# Work instructions
Only one stretch of the data below should be repeated: the lines from the line containing "f 325 326 165" through the line containing "v -23.89 12.7 63.713", inclusive, exactly as they are.

# Data to process
#####

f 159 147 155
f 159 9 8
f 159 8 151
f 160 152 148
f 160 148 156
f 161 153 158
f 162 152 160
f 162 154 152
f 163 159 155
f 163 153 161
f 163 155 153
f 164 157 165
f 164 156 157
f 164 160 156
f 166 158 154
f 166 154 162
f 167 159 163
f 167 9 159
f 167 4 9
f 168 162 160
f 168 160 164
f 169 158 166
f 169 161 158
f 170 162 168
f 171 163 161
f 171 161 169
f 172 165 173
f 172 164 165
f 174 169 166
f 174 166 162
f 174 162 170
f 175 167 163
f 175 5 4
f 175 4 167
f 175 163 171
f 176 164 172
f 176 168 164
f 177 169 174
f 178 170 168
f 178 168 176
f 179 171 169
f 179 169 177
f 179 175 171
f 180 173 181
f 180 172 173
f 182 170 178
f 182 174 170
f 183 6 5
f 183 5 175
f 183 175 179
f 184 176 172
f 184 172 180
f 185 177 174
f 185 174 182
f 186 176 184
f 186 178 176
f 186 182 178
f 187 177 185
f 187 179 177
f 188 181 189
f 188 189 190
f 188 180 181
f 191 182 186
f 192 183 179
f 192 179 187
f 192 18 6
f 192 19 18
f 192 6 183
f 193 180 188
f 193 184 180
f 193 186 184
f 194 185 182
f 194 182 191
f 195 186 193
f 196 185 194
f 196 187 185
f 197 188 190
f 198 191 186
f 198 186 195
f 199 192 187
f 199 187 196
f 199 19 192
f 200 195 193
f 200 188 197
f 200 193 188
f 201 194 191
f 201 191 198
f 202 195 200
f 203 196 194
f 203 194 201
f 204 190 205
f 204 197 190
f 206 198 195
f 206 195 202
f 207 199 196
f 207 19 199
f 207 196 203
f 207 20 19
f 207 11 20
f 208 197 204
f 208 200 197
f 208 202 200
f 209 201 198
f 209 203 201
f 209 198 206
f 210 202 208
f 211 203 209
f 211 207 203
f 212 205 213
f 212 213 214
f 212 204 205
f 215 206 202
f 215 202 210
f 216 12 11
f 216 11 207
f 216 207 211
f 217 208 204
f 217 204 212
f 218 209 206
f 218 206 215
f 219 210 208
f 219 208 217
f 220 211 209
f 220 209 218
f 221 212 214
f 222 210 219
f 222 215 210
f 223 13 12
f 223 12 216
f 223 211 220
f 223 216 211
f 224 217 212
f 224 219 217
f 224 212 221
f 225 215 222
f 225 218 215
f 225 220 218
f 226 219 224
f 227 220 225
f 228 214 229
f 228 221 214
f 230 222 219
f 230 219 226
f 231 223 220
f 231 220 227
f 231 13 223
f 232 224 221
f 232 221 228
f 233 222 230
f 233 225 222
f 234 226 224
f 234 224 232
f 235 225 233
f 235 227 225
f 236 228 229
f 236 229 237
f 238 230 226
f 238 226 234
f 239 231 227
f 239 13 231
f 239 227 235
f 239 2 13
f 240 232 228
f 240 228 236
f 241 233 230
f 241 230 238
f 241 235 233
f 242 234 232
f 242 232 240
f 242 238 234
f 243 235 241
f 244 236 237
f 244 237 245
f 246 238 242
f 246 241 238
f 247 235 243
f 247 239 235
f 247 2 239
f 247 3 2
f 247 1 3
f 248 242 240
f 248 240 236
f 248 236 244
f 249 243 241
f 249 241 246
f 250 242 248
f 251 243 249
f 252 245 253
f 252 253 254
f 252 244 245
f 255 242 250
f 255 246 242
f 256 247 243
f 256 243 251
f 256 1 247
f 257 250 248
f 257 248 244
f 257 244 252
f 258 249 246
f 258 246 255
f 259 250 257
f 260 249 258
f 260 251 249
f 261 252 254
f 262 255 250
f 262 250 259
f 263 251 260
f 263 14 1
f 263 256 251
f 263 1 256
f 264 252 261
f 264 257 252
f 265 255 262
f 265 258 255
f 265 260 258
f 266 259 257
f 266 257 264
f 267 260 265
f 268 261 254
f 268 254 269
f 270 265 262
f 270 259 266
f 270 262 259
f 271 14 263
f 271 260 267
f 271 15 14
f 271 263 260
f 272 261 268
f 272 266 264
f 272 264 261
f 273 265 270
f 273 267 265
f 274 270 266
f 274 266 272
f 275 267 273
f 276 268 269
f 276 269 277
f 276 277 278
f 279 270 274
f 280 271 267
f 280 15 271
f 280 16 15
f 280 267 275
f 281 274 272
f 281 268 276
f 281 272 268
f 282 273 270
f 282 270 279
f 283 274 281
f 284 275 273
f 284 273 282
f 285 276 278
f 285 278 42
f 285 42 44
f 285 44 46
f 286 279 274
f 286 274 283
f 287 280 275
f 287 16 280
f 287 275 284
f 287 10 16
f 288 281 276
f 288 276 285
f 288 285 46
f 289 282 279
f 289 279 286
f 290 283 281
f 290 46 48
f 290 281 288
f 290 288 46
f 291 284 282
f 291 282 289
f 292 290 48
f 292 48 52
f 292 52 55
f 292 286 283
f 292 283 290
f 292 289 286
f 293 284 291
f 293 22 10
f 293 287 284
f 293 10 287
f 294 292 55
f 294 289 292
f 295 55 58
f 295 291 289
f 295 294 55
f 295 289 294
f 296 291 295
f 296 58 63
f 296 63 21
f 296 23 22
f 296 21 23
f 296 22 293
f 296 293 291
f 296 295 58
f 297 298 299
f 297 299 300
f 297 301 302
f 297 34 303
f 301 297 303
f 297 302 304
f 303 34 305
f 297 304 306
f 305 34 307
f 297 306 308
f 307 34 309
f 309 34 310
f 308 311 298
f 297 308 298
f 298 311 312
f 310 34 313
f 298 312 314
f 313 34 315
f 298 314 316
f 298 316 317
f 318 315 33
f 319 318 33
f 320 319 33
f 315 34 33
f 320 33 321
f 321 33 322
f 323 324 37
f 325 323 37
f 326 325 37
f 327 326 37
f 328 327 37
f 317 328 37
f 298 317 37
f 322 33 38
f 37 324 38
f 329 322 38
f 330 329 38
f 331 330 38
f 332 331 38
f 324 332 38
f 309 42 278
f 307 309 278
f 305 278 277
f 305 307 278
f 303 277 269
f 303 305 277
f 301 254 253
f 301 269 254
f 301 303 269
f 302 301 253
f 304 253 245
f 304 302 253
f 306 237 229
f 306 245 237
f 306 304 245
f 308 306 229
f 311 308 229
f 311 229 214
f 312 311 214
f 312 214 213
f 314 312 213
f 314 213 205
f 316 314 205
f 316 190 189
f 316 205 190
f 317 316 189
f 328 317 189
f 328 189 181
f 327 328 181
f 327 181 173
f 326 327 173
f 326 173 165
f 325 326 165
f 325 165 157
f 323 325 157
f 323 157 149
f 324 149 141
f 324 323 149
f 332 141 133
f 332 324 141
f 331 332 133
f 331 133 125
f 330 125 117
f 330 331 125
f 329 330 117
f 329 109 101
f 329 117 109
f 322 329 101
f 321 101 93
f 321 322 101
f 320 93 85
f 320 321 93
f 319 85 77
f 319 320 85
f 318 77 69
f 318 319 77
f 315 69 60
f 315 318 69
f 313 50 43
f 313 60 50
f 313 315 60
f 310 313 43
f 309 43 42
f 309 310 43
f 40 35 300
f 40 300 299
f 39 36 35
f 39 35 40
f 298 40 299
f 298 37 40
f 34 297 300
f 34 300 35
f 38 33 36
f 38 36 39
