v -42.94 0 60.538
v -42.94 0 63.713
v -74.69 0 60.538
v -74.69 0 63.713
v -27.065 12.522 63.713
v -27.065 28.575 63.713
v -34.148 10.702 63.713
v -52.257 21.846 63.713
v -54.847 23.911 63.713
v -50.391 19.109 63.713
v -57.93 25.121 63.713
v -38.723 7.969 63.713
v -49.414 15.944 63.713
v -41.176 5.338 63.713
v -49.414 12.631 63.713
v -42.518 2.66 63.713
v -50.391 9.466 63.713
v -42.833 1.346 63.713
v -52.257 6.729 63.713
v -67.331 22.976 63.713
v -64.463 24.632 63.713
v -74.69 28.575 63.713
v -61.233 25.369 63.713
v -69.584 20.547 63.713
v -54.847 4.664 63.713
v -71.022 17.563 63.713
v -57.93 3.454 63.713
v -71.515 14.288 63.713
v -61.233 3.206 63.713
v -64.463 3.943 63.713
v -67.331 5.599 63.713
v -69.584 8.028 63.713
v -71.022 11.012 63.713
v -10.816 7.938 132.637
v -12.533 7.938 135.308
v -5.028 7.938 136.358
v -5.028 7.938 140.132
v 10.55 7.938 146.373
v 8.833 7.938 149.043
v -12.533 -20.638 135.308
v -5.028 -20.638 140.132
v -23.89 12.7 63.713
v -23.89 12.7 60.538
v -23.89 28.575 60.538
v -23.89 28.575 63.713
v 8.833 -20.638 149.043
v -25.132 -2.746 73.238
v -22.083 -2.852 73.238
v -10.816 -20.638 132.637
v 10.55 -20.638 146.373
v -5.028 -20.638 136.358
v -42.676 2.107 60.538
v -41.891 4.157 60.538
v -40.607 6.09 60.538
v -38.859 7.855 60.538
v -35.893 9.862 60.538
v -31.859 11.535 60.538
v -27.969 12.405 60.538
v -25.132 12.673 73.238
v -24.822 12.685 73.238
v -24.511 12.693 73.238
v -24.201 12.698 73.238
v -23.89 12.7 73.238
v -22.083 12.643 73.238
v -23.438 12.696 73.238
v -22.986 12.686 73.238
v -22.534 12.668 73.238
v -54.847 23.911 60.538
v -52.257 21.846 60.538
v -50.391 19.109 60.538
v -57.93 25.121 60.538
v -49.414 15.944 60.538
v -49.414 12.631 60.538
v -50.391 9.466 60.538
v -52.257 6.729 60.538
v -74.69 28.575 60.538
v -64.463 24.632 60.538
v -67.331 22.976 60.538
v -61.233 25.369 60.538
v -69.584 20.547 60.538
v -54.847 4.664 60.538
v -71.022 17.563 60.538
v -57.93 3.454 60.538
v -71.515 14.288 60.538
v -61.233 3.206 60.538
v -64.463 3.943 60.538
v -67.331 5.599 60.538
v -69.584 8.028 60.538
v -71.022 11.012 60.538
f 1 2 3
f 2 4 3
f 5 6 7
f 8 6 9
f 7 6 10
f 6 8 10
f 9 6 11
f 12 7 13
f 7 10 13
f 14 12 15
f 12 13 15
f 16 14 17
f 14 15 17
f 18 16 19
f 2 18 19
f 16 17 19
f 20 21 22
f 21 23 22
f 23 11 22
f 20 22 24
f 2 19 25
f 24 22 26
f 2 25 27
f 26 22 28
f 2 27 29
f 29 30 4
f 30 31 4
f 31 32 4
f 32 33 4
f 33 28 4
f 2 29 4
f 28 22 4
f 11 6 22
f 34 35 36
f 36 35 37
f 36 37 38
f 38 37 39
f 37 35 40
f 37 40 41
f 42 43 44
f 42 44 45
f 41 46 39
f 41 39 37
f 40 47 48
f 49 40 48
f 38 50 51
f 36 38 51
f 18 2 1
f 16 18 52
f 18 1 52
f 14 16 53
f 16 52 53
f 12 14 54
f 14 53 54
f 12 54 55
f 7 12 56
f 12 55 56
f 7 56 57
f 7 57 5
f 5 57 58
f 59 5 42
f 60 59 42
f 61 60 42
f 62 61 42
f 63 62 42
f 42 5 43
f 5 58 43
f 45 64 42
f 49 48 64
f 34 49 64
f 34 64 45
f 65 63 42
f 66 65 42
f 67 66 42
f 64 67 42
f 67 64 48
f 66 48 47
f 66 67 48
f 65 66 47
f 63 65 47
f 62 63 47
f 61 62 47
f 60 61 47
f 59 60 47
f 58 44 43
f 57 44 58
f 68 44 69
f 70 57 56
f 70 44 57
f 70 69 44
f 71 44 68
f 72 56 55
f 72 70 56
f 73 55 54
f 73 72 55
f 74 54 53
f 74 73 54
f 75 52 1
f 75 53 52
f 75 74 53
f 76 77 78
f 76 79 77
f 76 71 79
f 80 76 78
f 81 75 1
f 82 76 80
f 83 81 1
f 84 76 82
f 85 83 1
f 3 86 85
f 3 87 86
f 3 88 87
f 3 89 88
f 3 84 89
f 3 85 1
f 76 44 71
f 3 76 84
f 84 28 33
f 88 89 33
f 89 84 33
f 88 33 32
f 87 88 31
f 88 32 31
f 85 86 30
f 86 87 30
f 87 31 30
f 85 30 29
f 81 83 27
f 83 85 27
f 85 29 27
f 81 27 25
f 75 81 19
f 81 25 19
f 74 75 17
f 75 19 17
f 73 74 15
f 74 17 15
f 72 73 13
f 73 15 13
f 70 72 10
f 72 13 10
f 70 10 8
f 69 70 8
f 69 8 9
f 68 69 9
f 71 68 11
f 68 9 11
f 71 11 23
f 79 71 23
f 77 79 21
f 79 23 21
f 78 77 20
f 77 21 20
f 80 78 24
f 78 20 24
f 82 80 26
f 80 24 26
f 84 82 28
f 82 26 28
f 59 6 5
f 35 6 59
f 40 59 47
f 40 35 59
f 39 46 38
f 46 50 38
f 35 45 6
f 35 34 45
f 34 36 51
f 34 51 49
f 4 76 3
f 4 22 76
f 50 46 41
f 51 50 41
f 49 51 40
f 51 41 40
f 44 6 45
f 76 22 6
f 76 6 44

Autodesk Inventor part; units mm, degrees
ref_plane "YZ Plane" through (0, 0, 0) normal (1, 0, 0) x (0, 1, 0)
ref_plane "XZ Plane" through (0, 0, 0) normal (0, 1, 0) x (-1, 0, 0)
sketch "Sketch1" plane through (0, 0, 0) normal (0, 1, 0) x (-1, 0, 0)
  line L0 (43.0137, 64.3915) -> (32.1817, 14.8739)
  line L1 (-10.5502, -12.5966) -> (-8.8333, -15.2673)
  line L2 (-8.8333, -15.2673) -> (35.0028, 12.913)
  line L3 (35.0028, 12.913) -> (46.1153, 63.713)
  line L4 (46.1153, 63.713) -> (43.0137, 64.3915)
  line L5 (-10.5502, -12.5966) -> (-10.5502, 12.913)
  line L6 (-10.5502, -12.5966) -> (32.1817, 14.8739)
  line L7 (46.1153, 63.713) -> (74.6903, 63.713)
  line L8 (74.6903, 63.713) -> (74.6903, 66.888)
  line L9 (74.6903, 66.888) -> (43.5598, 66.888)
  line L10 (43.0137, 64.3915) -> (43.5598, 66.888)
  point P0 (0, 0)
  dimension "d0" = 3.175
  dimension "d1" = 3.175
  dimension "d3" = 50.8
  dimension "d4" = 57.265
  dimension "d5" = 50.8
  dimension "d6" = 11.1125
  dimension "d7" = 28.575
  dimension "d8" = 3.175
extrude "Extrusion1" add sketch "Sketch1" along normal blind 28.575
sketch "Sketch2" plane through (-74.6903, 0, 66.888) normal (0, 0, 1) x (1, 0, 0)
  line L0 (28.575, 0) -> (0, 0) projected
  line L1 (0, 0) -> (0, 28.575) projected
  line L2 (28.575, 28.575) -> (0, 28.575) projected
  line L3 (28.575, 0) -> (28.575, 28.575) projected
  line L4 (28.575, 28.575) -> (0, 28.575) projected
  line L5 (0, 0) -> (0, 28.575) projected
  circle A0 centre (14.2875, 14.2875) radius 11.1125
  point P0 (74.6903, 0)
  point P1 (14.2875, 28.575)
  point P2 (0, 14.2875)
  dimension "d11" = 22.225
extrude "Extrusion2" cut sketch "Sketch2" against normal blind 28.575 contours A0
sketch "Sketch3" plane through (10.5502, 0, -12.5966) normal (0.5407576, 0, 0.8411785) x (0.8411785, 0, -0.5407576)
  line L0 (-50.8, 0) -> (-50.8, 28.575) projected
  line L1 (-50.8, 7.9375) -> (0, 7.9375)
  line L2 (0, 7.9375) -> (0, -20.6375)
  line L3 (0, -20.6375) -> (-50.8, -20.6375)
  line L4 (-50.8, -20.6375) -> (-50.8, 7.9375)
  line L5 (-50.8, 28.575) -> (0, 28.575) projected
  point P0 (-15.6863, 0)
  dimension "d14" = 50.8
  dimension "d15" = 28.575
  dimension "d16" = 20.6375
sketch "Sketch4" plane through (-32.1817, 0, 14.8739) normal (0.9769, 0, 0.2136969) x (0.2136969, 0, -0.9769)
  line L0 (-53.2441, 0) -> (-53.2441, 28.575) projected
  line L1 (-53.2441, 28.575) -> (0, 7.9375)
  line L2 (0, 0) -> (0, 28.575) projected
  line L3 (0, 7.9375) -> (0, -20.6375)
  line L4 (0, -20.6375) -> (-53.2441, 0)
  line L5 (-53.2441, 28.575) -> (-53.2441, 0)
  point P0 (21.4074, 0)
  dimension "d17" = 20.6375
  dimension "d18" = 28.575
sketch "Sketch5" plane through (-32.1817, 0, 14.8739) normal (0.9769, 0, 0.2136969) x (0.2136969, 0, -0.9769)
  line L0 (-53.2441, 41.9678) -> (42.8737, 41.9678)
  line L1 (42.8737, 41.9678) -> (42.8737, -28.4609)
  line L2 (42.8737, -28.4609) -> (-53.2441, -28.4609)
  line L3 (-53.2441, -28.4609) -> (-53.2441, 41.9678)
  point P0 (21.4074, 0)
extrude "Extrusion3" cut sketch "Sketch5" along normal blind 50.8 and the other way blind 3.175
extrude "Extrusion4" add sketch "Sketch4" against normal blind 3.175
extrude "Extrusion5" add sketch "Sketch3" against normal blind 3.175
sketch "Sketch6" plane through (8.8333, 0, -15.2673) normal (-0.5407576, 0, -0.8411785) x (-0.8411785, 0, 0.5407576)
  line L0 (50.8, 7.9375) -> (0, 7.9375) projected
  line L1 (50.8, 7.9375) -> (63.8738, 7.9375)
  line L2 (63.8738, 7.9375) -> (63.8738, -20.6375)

#####

# Output
f 325 326 165
f 325 165 157
f 323 325 157
f 323 157 149
f 324 149 141
f 324 323 149
f 332 141 133
f 332 324 141
f 331 332 133
f 331 133 125
f 330 125 117
f 330 331 125
f 329 330 117
f 329 109 101
f 329 117 109
f 322 329 101
f 321 101 93
f 321 322 101
f 320 93 85
f 320 321 93
f 319 85 77
f 319 320 85
f 318 77 69
f 318 319 77
f 315 69 60
f 315 318 69
f 313 50 43
f 313 60 50
f 313 315 60
f 310 313 43
f 309 43 42
f 309 310 43
f 40 35 300
f 40 300 299
f 39 36 35
f 39 35 40
f 298 40 299
f 298 37 40
f 34 297 300
f 34 300 35
f 38 33 36
f 38 36 39
v -42.94 0 60.538
v -42.94 0 63.713
v -74.69 0 60.538
v -74.69 0 63.713
v -27.065 12.522 63.713
v -27.065 28.575 63.713
v -34.148 10.702 63.713
v -52.257 21.846 63.713
v -54.847 23.911 63.713
v -50.391 19.109 63.713
v -57.93 25.121 63.713
v -38.723 7.969 63.713
v -49.414 15.944 63.713
v -41.176 5.338 63.713
v -49.414 12.631 63.713
v -42.518 2.66 63.713
v -50.391 9.466 63.713
v -42.833 1.346 63.713
v -52.257 6.729 63.713
v -67.331 22.976 63.713
v -64.463 24.632 63.713
v -74.69 28.575 63.713
v -61.233 25.369 63.713
v -69.584 20.547 63.713
v -54.847 4.664 63.713
v -71.022 17.563 63.713
v -57.93 3.454 63.713
v -71.515 14.288 63.713
v -61.233 3.206 63.713
v -64.463 3.943 63.713
v -67.331 5.599 63.713
v -69.584 8.028 63.713
v -71.022 11.012 63.713
v -10.816 7.938 132.637
v -12.533 7.938 135.308
v -5.028 7.938 136.358
v -5.028 7.938 140.132
v 10.55 7.938 146.373
v 8.833 7.938 149.043
v -12.533 -20.638 135.308
v -5.028 -20.638 140.132
v -23.89 12.7 63.713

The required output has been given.